# Question for UK Mums - chest clips on car seats?



## wellyboot

Hi all,

I have a really wriggly 2 year old, who always manages to get his arms out of car seat straps. We have three different car seats, all different makes and styles, and he can do it in all of them (he's determined to turn the side light on in the car, and wriggles and wriggles until he manages, even though I pull the straps tightly). His language isn't brilliant (actually, it's hopeless, but that's another thread!) so there's no reasoning or discussion with him.

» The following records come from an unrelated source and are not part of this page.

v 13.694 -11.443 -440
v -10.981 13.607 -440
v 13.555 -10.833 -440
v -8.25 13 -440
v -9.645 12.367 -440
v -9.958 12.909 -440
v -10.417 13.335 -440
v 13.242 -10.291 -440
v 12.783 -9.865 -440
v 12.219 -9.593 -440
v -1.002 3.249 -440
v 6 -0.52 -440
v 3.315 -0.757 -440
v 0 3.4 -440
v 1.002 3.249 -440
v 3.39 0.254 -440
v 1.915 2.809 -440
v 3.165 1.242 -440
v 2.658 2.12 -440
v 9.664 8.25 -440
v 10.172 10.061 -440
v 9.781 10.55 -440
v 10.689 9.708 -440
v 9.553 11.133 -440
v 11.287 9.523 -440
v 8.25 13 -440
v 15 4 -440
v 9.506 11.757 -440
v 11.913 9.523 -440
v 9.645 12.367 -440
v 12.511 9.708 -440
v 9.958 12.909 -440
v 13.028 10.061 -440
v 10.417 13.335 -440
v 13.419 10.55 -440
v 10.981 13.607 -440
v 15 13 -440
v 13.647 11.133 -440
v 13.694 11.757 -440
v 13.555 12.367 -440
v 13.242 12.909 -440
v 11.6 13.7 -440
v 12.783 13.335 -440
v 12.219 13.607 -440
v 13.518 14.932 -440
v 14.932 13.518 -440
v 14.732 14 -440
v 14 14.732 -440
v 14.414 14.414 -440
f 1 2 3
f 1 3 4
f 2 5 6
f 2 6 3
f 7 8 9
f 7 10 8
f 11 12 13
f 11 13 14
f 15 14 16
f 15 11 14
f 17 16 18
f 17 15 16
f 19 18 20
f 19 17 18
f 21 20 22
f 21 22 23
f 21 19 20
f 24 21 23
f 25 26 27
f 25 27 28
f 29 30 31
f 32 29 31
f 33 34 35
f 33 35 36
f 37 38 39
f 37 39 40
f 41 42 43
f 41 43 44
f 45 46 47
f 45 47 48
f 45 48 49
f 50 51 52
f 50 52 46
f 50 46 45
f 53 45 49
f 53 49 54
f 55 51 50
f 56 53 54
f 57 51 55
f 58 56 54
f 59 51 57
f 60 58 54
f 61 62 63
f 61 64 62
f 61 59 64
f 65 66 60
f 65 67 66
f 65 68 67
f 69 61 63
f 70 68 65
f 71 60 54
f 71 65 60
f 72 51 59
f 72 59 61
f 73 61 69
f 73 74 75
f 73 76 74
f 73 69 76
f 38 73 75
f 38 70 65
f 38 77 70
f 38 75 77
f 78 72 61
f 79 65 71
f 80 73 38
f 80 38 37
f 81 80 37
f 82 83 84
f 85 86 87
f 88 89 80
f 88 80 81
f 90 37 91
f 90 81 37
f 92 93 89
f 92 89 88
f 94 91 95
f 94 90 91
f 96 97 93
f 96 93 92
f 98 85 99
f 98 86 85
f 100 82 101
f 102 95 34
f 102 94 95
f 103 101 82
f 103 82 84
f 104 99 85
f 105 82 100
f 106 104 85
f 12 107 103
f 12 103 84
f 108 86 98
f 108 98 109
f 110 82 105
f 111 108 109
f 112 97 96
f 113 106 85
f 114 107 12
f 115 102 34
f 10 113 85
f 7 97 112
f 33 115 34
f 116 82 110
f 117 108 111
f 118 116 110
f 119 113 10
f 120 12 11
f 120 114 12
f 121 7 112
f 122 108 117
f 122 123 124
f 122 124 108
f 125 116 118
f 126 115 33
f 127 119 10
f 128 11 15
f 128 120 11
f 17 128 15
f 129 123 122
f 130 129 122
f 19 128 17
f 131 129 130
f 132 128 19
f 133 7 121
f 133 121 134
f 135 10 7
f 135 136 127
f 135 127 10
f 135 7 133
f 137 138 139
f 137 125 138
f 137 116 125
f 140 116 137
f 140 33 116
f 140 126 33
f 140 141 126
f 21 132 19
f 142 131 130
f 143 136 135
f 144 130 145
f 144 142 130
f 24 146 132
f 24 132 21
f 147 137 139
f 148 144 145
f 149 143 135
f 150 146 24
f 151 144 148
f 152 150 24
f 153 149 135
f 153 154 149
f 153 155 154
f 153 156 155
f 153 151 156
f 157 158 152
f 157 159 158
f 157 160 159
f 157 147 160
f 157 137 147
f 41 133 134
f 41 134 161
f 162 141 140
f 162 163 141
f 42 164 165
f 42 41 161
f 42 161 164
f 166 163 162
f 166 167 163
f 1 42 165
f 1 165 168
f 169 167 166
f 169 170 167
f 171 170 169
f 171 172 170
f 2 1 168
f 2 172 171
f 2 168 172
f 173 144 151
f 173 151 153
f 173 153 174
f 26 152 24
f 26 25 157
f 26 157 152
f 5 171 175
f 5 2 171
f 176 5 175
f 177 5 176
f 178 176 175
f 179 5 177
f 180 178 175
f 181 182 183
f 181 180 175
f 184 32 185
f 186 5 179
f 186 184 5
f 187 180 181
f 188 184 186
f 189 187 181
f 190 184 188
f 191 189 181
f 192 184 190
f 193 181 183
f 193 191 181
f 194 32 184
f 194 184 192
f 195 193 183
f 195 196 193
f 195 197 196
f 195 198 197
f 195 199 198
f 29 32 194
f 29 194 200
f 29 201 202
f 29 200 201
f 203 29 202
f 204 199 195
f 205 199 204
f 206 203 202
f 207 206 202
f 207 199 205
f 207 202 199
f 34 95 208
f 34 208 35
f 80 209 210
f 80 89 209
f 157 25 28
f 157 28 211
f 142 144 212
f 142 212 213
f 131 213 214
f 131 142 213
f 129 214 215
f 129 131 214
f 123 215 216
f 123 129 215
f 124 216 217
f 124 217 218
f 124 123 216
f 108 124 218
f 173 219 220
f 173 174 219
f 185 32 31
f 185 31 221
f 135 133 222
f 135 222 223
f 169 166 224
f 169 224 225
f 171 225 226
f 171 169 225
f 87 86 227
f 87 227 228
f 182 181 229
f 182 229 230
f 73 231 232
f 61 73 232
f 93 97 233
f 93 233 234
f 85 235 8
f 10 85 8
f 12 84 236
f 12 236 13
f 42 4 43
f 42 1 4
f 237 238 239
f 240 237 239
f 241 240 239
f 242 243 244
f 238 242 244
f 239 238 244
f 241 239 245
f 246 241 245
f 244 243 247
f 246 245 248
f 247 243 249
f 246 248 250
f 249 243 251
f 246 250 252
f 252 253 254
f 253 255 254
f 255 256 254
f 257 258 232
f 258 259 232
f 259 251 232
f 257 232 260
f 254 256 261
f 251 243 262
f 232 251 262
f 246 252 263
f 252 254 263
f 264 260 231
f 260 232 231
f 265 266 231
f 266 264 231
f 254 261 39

I've been thinking about getting a separate chest clip for his car seats, but I know that there are regulations in the UK about having to be able to get your child out one-handed in case of an accident. I'm worried though that if we did have an accident, without him sitting in his seat properly, he might well be seriously injured. I have a long commute to work everyday with him, so it's a daily problem.

What would you do? And has anyone bought one and found it useful?

Thanks,

Welly xx


----------



## ~RedLily~

There is a thing called 5 point plus that is for used for this reason. I would personally rather use something like this than a chest clip.
https://www.boots.com/en/5-Point-Pl..._---_-5Point Plus car seat anti escape system


----------



## Miss_Bump

Personally i would be wary adding anything to a carseat that wasnt from the manufacturer

Also, if you do decide to put something on it, you need to be able to unclip your child with 1 hand in an emergency


----------



## wellyboot

Thanks so much, I'd never seen these before. Do you have one and does it work? Also, if anyone uses one of these, can you carry on with it beyond 30 months (even though it says up to 30 months?).

Welly


----------



## Samemka

I wonder this too. Whilst I understand the need to get a child out one handed if there were an accident, I dread to think what would happen in an accident if their arms were out of the harness :( :(


----------



## freckleonear

I'm pretty sure chest clips will be part of the carseat safety requirements when the new I-size regulation comes in, because studies have shown that the safety benefits outweigh the disadvantages of being harder to unfasten in an emergency. In the light of that, personally I would be happy to add a chest clip in the meantime.


----------



## ~RedLily~

I haven't actually got one, my LO hasn't attempted to get out of the straps but they seem highly recommended although not going by the one review on that site.
My aunt said she always has nail scissors in her bag in case she needed to cut the carseat straps.


----------



## teal

I thought the chest clips were illegal in Europe or has that changed?


----------



## JellyBeann

I use the *houdini stop strap* 

https://l.nmimg.net/img/nn/p16e1l8u4qqvp1mbm16vg1sur1v2l1.JPG

It's fabby, and just unclips easily, it has 2 clips, one around each seatbelt, so you can unclip with one hand!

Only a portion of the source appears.